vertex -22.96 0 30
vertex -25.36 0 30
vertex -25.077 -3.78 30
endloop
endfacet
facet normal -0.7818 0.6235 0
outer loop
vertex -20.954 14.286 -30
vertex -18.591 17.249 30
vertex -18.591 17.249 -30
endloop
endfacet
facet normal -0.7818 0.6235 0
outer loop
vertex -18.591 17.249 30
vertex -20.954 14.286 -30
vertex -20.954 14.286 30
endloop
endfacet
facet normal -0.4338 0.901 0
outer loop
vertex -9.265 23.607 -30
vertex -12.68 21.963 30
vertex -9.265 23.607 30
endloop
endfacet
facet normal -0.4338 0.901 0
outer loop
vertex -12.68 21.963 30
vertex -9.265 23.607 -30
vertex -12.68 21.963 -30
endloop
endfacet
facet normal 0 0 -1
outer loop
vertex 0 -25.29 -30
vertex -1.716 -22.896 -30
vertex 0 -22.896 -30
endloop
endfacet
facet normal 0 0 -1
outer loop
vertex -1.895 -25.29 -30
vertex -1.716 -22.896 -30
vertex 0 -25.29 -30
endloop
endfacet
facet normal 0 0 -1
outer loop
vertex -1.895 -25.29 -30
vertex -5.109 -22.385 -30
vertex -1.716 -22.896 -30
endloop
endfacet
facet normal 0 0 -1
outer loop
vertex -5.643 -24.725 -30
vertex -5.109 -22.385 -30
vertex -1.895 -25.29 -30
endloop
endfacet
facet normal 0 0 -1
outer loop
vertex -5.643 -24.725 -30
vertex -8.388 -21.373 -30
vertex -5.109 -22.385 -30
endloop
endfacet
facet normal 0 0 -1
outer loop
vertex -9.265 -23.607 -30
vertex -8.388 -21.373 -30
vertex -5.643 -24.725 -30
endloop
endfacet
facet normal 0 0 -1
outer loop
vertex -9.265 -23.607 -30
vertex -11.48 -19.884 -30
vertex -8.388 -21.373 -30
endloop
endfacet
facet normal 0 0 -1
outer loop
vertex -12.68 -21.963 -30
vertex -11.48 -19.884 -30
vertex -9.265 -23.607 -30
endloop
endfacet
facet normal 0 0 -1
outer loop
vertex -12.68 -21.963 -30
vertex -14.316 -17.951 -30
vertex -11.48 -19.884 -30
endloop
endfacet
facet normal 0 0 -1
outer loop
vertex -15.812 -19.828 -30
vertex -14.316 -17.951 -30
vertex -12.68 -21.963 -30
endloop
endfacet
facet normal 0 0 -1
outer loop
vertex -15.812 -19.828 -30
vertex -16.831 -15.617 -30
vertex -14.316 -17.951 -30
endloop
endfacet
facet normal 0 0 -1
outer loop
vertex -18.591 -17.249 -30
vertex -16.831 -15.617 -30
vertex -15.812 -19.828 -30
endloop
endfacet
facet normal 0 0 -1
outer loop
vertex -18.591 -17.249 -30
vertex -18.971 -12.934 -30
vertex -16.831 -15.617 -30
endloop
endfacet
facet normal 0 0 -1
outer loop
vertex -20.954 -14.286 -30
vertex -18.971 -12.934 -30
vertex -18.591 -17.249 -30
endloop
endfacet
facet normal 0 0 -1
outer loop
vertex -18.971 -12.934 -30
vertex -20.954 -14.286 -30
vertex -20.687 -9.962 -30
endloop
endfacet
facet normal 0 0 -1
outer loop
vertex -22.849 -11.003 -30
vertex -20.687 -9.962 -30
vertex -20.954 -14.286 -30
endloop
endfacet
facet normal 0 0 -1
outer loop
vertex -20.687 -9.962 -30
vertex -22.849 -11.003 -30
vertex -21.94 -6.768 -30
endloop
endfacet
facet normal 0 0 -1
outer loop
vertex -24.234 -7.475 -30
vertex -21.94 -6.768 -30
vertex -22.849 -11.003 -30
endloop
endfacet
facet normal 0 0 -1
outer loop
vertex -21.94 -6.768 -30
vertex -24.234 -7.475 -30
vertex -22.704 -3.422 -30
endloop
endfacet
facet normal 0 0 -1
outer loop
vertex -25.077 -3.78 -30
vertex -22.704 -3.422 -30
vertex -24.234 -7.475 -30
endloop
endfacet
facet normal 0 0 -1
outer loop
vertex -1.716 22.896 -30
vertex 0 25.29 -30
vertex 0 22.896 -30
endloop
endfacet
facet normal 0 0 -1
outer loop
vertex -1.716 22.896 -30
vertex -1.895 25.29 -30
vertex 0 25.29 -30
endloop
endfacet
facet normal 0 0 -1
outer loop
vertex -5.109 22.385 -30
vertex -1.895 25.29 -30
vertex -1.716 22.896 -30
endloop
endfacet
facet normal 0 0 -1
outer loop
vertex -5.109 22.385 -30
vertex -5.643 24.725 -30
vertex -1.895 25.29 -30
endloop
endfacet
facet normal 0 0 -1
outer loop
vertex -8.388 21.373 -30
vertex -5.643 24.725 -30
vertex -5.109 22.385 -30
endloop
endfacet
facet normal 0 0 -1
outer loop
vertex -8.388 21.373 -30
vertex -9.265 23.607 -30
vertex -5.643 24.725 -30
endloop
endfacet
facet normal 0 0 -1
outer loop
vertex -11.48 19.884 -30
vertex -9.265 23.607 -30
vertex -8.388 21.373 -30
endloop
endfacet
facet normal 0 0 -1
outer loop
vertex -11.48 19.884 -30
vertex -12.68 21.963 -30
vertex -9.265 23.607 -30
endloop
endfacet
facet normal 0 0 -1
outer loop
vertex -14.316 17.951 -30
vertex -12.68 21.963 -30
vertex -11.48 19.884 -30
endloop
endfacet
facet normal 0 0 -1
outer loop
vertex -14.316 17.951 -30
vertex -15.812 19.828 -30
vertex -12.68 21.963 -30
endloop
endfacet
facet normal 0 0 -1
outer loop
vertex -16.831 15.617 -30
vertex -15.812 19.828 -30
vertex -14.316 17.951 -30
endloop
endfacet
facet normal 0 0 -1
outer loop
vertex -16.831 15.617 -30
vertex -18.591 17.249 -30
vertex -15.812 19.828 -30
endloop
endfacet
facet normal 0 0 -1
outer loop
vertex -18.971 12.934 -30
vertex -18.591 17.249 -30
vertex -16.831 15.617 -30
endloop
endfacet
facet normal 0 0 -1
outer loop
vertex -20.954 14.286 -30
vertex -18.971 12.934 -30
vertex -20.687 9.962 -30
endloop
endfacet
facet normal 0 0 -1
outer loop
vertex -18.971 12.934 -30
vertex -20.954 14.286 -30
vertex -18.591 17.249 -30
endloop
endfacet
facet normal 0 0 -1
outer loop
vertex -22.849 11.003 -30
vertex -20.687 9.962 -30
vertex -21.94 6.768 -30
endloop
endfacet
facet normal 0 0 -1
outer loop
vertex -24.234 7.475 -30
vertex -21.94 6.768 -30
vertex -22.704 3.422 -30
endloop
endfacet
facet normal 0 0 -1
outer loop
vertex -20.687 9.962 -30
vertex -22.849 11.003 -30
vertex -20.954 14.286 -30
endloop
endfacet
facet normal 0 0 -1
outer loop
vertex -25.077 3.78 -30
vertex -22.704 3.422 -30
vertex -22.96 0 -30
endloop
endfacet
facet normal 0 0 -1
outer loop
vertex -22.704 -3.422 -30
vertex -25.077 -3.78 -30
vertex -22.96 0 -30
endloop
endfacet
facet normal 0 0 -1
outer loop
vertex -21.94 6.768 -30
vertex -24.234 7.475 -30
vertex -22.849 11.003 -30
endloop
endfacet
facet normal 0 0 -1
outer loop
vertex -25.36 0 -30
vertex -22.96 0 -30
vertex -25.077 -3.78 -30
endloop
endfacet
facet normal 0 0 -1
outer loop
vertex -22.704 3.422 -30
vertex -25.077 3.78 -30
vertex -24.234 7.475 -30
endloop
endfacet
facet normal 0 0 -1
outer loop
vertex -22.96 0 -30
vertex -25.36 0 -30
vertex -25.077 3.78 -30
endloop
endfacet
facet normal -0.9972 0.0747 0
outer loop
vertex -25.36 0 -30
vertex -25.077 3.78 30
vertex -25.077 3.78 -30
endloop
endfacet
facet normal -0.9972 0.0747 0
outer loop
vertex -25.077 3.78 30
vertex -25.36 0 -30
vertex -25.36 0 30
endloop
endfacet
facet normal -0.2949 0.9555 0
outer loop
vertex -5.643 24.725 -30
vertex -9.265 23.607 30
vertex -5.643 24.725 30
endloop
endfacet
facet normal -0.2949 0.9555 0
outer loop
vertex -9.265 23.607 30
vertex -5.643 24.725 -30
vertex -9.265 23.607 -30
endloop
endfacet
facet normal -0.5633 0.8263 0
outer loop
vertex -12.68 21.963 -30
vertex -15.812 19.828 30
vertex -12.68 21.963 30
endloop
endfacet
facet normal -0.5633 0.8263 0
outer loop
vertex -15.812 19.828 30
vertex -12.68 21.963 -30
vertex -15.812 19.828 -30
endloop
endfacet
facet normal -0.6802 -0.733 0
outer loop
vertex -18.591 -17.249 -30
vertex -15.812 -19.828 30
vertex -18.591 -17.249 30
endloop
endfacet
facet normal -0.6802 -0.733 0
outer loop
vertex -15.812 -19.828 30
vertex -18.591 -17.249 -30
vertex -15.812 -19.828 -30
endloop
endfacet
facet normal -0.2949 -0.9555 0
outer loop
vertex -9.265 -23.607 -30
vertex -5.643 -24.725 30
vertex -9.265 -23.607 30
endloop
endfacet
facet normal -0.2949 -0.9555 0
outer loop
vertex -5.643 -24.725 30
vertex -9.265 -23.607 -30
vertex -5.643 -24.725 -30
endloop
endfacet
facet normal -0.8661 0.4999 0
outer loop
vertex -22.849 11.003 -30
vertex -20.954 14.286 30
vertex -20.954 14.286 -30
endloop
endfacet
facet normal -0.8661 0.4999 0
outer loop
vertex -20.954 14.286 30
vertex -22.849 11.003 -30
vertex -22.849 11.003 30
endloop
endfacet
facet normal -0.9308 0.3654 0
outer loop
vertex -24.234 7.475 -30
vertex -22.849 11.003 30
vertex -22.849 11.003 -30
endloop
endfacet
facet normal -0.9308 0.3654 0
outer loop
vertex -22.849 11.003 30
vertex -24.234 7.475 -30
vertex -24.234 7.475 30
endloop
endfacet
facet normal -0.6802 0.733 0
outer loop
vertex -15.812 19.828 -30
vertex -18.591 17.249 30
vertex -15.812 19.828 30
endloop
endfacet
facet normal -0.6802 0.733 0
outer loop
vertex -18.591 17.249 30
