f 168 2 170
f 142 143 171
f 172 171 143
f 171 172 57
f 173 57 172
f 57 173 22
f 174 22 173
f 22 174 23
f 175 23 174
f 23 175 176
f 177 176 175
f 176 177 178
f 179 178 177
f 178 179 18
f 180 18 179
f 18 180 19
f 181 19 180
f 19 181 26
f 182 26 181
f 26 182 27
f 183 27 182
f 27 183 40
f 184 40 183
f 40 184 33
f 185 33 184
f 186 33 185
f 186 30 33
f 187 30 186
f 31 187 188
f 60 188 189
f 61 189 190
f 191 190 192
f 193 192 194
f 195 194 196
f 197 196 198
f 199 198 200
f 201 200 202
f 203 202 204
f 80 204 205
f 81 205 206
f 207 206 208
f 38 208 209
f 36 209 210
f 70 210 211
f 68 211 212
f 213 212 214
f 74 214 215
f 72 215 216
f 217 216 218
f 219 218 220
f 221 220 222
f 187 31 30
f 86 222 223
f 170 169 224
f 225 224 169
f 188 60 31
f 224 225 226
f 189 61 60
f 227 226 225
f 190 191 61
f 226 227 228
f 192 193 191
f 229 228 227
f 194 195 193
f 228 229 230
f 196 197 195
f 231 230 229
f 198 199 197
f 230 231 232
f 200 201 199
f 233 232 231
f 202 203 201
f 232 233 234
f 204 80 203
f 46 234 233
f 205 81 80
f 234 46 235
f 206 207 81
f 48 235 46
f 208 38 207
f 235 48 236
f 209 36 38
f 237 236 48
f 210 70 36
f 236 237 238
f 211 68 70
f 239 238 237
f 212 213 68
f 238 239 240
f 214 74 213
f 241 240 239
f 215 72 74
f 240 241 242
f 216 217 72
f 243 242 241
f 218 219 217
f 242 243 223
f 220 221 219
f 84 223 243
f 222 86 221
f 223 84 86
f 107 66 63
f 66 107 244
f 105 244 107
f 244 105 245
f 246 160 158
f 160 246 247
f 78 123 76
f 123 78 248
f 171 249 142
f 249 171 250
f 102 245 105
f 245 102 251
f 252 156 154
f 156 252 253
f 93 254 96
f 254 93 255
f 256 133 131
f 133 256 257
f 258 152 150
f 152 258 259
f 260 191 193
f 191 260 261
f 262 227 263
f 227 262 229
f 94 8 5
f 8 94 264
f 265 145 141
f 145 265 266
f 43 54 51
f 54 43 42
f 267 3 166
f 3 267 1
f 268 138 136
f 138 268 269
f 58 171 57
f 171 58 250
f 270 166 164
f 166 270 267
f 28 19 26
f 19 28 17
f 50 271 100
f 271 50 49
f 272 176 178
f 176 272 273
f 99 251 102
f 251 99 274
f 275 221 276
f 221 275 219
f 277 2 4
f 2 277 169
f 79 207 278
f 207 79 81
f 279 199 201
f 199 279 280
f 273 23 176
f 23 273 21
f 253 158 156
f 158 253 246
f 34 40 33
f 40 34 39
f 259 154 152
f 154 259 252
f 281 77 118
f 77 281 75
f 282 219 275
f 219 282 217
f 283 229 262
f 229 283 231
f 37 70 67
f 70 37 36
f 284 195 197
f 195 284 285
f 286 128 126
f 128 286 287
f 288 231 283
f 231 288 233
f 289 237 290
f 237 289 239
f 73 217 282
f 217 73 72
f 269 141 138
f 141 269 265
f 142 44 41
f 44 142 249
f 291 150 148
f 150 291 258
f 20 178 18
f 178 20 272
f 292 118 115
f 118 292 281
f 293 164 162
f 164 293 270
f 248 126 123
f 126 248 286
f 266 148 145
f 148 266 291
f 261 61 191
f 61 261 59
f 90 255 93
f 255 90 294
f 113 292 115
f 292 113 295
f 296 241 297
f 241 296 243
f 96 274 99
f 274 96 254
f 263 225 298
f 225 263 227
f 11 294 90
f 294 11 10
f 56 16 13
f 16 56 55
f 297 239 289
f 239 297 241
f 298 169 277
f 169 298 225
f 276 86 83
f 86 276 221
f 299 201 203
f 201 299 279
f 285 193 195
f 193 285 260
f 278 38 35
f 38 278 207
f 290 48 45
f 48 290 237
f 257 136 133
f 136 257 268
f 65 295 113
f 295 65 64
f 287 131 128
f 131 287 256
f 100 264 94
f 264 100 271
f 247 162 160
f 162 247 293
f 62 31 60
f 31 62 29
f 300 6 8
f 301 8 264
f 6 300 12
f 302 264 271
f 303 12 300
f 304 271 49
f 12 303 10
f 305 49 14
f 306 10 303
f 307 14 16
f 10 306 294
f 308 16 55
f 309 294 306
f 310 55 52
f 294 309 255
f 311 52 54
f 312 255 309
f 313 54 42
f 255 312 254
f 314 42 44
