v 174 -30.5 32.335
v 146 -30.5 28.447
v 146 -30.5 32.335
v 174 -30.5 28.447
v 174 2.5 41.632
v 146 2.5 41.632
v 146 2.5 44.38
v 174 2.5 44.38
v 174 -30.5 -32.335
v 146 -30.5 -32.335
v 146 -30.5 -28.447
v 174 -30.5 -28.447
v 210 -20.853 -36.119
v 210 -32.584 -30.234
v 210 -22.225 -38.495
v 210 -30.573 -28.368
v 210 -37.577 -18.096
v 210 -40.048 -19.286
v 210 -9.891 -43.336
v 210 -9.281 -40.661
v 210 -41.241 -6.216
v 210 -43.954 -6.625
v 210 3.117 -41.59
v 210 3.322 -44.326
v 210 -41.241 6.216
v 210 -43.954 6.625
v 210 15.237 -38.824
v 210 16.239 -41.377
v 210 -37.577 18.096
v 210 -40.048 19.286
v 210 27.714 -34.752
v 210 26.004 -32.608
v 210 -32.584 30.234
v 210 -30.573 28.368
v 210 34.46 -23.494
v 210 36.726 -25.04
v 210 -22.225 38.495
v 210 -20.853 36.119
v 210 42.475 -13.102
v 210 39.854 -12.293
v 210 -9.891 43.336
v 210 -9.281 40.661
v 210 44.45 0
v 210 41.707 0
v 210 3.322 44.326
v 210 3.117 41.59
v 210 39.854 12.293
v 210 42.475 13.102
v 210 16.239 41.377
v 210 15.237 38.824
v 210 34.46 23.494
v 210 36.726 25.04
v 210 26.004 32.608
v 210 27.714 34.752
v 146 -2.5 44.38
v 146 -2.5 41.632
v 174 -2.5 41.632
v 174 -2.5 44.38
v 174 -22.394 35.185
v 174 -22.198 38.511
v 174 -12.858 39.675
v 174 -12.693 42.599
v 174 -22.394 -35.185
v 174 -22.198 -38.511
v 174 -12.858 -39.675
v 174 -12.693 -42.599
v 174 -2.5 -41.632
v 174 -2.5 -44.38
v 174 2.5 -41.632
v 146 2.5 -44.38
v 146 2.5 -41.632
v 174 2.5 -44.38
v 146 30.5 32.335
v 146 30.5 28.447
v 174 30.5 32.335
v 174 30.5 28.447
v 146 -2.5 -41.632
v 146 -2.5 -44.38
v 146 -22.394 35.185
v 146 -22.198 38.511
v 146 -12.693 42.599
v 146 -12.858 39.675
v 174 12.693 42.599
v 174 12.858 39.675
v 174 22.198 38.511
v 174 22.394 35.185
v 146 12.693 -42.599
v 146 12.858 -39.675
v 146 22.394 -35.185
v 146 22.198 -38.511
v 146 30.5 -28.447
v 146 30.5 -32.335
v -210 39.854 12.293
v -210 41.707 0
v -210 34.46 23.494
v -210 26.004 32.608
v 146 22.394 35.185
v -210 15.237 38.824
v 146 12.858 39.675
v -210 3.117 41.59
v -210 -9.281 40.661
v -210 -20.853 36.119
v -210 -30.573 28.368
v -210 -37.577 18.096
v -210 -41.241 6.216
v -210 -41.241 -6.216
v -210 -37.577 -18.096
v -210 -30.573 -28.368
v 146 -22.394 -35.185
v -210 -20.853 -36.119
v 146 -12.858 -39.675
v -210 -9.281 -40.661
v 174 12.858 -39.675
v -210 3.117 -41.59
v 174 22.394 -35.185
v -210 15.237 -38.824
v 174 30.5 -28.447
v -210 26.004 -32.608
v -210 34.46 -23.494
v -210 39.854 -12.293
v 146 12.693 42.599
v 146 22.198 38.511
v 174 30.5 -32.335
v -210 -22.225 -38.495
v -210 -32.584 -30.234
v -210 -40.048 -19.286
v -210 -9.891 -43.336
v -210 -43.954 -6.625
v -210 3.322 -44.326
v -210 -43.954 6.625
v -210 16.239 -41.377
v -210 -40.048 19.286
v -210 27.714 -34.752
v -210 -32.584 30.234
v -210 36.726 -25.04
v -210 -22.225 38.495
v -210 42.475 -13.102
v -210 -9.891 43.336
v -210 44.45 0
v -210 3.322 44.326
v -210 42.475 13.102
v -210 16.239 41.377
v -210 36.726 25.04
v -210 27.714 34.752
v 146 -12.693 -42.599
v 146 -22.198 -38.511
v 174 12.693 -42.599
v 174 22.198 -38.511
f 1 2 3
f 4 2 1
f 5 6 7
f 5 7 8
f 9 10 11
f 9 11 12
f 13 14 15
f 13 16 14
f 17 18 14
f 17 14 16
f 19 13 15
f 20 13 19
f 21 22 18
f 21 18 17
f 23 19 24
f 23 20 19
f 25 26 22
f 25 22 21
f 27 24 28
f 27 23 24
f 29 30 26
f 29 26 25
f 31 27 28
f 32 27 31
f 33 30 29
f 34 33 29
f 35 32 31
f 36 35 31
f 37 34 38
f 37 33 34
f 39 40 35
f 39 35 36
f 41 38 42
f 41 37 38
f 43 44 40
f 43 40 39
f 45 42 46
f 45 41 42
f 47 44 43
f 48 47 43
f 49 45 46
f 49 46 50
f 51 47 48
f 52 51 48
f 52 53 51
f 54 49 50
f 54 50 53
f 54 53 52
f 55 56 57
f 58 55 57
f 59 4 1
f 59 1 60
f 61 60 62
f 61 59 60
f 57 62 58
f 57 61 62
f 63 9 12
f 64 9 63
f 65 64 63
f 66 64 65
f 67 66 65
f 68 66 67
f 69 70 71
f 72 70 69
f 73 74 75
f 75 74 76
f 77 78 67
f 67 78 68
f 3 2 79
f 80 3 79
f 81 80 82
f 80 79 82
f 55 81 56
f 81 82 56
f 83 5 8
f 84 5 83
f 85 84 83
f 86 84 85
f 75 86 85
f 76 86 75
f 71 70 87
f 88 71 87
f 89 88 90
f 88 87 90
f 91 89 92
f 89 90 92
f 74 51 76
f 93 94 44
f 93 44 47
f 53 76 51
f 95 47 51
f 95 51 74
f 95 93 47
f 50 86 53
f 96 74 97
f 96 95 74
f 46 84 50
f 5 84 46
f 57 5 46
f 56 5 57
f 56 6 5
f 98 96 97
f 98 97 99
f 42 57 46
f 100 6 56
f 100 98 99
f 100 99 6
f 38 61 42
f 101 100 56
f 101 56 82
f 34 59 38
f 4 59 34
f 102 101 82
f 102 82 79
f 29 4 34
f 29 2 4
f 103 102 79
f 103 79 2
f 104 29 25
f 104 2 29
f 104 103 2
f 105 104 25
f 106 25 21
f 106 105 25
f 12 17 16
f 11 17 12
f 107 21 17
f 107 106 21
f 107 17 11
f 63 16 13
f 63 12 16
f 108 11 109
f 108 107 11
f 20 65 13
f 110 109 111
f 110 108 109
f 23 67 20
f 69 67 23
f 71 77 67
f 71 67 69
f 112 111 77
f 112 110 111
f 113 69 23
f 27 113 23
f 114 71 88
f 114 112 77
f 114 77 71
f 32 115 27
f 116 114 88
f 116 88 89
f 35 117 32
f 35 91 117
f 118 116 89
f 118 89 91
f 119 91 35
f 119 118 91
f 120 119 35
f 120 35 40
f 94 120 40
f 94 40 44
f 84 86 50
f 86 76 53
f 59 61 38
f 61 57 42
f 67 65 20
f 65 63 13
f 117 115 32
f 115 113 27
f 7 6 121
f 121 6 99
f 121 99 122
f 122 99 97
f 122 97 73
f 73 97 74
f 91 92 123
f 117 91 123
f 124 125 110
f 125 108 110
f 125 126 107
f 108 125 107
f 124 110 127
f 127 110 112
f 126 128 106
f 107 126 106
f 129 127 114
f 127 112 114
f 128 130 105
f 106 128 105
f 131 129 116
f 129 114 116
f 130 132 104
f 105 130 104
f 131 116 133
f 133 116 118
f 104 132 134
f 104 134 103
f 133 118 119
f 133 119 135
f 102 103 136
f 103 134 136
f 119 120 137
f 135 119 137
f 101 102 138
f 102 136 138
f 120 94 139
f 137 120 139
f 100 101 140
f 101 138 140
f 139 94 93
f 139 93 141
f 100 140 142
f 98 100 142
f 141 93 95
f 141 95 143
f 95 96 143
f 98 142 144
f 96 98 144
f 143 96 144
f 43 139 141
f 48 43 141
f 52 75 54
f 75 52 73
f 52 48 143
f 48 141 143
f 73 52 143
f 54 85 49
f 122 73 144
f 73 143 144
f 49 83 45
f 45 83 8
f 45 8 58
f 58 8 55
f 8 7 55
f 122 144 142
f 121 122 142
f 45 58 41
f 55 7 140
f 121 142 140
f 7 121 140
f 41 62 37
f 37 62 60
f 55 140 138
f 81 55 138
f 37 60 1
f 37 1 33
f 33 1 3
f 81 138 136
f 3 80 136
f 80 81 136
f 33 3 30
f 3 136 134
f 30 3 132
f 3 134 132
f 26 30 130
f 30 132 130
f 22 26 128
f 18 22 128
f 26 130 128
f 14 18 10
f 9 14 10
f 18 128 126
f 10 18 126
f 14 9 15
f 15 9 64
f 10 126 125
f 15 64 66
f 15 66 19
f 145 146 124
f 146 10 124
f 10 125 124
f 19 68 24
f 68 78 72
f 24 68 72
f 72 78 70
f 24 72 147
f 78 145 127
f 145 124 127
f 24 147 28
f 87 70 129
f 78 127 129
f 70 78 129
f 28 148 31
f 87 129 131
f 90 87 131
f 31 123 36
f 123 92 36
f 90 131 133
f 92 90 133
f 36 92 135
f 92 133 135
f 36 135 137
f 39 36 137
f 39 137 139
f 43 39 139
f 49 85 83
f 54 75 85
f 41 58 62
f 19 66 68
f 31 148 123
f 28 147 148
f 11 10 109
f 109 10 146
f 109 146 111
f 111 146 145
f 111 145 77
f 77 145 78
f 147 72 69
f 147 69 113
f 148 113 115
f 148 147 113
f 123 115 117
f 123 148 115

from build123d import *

# Parameters (mm, degrees)
SKETCH12_R              = 44.45
SKETCH12_R_2            = 41.7068
PIPE_0_5_SCH_40_1_DEPTH = 420
CUT_EXTRUDE1_DEPTH      = 50
CUT_EXTRUDE1_DEPTH_BACK = 50
SKETCH13_W              = 28
SKETCH13_H              = 28


with BuildPart() as part:
    # Sketch12 → Pipe 0.5 SCH 40(1) (new body)
    with BuildSketch(Plane.YZ.offset(-210)):
        Circle(SKETCH12_R)
        Circle(SKETCH12_R_2, mode=Mode.SUBTRACT)
    extrude(amount=PIPE_0_5_SCH_40_1_DEPTH)

    # Sketch13 → Cut-Extrude1 (cut, two sides: drawn at the far end of the back side and taken through both)
    with BuildSketch(Plane.XY.offset(-CUT_EXTRUDE1_DEPTH_BACK)):
        with Locations((160, 16.5)):
            Rectangle(SKETCH13_W, SKETCH13_H)
        with Locations((160, -16.5)):
            Rectangle(SKETCH13_W, SKETCH13_H)
    extrude(amount=CUT_EXTRUDE1_DEPTH + CUT_EXTRUDE1_DEPTH_BACK, mode=Mode.SUBTRACT)


solid = part.part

* * * * *

Assignment: Reproduce verbatim only the segment of the listing bounded by the line containing "vertex -24.234 7.475 30" and the line containing "f 40 184 33", with both boundary lines included.

Reply:
vertex -24.234 7.475 30
endloop
endfacet
facet normal -0.6802 0.733 0
outer loop
vertex -15.812 19.828 -30
vertex -18.591 17.249 30
vertex -15.812 19.828 30
endloop
endfacet
facet normal -0.6802 0.733 0
outer loop
vertex -18.591 17.249 30
f 168 2 170
f 142 143 171
f 172 171 143
f 171 172 57
f 173 57 172
f 57 173 22
f 174 22 173
f 22 174 23
f 175 23 174
f 23 175 176
f 177 176 175
f 176 177 178
f 179 178 177
f 178 179 18
f 180 18 179
f 18 180 19
f 181 19 180
f 19 181 26
f 182 26 181
f 26 182 27
f 183 27 182
f 27 183 40
f 184 40 183
f 40 184 33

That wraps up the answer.